Work task
Your answer should consist solely of the lines from the first line of the data through the line with "e6 v7 v6 LINE", each reproduced exactly.
[Data for the task Boundary: Start]
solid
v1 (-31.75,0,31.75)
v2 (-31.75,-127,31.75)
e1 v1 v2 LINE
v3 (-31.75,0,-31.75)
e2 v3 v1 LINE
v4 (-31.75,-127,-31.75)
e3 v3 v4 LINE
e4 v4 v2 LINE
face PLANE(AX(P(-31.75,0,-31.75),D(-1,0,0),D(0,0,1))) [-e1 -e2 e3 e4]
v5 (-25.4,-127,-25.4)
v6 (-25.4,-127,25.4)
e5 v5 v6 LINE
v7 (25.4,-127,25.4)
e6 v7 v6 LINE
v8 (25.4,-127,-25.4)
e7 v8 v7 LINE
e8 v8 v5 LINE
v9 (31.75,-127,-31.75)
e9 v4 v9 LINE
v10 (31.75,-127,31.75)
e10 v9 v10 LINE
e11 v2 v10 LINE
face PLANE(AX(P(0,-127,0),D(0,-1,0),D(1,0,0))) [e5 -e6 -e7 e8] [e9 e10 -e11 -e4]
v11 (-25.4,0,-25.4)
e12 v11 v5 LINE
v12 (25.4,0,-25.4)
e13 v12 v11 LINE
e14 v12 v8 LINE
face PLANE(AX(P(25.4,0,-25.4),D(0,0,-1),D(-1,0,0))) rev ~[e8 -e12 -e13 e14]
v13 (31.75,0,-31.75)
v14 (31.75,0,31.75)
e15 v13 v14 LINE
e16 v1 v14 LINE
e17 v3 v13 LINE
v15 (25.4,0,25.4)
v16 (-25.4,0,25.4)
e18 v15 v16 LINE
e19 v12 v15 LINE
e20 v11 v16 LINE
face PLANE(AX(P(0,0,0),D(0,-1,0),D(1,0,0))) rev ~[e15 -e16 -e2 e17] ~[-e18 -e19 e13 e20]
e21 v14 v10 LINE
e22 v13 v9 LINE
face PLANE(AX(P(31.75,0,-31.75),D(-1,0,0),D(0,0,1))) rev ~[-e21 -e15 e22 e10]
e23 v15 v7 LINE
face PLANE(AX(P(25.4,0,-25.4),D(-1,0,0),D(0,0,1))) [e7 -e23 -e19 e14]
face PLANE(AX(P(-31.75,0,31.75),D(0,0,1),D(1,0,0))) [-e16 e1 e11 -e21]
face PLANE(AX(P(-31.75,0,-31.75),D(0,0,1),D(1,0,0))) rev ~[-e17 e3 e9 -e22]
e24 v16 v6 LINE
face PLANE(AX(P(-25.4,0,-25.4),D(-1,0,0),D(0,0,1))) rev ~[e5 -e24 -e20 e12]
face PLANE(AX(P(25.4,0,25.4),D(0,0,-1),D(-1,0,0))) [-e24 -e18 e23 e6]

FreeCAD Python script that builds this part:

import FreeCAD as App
import Part
import Sketcher

V = App.Vector
Q = App.Units.Quantity

doc = App.newDocument("Part")
body = doc.addObject("PartDesign::Body", "Body")

sketch1 = body.newObject("Sketcher::SketchObject", "Sketch")
sketch1.AttachmentSupport = (doc.getObject("XZ_Plane"), [""])
sketch1.MapMode = "FlatFace"
sketch1.addGeometry([
    Part.LineSegment(V(-32, 32, 0), V(-32, -32, 0)),
    Part.LineSegment(V(-32, -32, 0), V(32, -32, 0)),
    Part.LineSegment(V(32, -32, 0), V(32, 32, 0)),
    Part.LineSegment(V(32, 32, 0), V(-32, 32, 0)),
], False)
sketch1.addConstraint([
    Sketcher.Constraint("Coincident", 0, 2, 1, 1),
    Sketcher.Constraint("Coincident", 1, 2, 2, 1),
    Sketcher.Constraint("Coincident", 2, 2, 3, 1),
    Sketcher.Constraint("Coincident", 3, 2, 0, 1),
    Sketcher.Constraint("Vertical", 0),
    Sketcher.Constraint("Horizontal", 1),
    Sketcher.Constraint("Vertical", 2),
    Sketcher.Constraint("Horizontal", 3),
    Sketcher.Constraint("Symmetric", 0, 2, 2, 2, -1, 1),
    Sketcher.Constraint("Equal", 3, 0),
    Sketcher.Constraint("DistanceX", 1, 1, 1, 2, Q("2.5 in")),
])
pad1 = body.newObject("PartDesign::Pad", "Pad")
pad1.Profile = sketch1
pad1.Length = Q("5 in")

sketch2 = body.newObject("Sketcher::SketchObject", "Sketch001")
sketch2.AttachmentSupport = (doc.getObject("XZ_Plane"), [""])
sketch2.MapMode = "FlatFace"
sketch2.addGeometry([
    Part.LineSegment(V(25, 25, 0), V(25, -25, 0)),
    Part.LineSegment(V(25, -25, 0), V(-25, -25, 0)),
    Part.LineSegment(V(-25, -25, 0), V(-25, 25, 0)),
    Part.LineSegment(V(-25, 25, 0), V(25, 25, 0)),
], False)
sketch2.addConstraint([
    Sketcher.Constraint("Coincident", 0, 2, 1, 1),
    Sketcher.Constraint("Coincident", 1, 2, 2, 1),
    Sketcher.Constraint("Coincident", 2, 2, 3, 1),
    Sketcher.Constraint("Coincident", 3, 2, 0, 1),
    Sketcher.Constraint("Vertical", 0),
    Sketcher.Constraint("Horizontal", 1),
    Sketcher.Constraint("Vertical", 2),
    Sketcher.Constraint("Horizontal", 3),
    Sketcher.Constraint("Symmetric", 0, 2, 2, 2, -1, 1),
    Sketcher.Constraint("Equal", 3, 0),
    Sketcher.Constraint("DistanceX", 1, 2, 1, 1, Q("2 in")),
])
pocket1 = body.newObject("PartDesign::Pocket", "Pocket")
pocket1.Profile = sketch2
pocket1.Length = Q("5 in")
pocket1.Reversed = True

doc.recompute()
[Data for the task Boundary: End]
Solution for this task
solid
v1 (-31.75,0,31.75)
v2 (-31.75,-127,31.75)
e1 v1 v2 LINE
v3 (-31.75,0,-31.75)
e2 v3 v1 LINE
v4 (-31.75,-127,-31.75)
e3 v3 v4 LINE
e4 v4 v2 LINE
face PLANE(AX(P(-31.75,0,-31.75),D(-1,0,0),D(0,0,1))) [-e1 -e2 e3 e4]
v5 (-25.4,-127,-25.4)
v6 (-25.4,-127,25.4)
e5 v5 v6 LINE
v7 (25.4,-127,25.4)
e6 v7 v6 LINE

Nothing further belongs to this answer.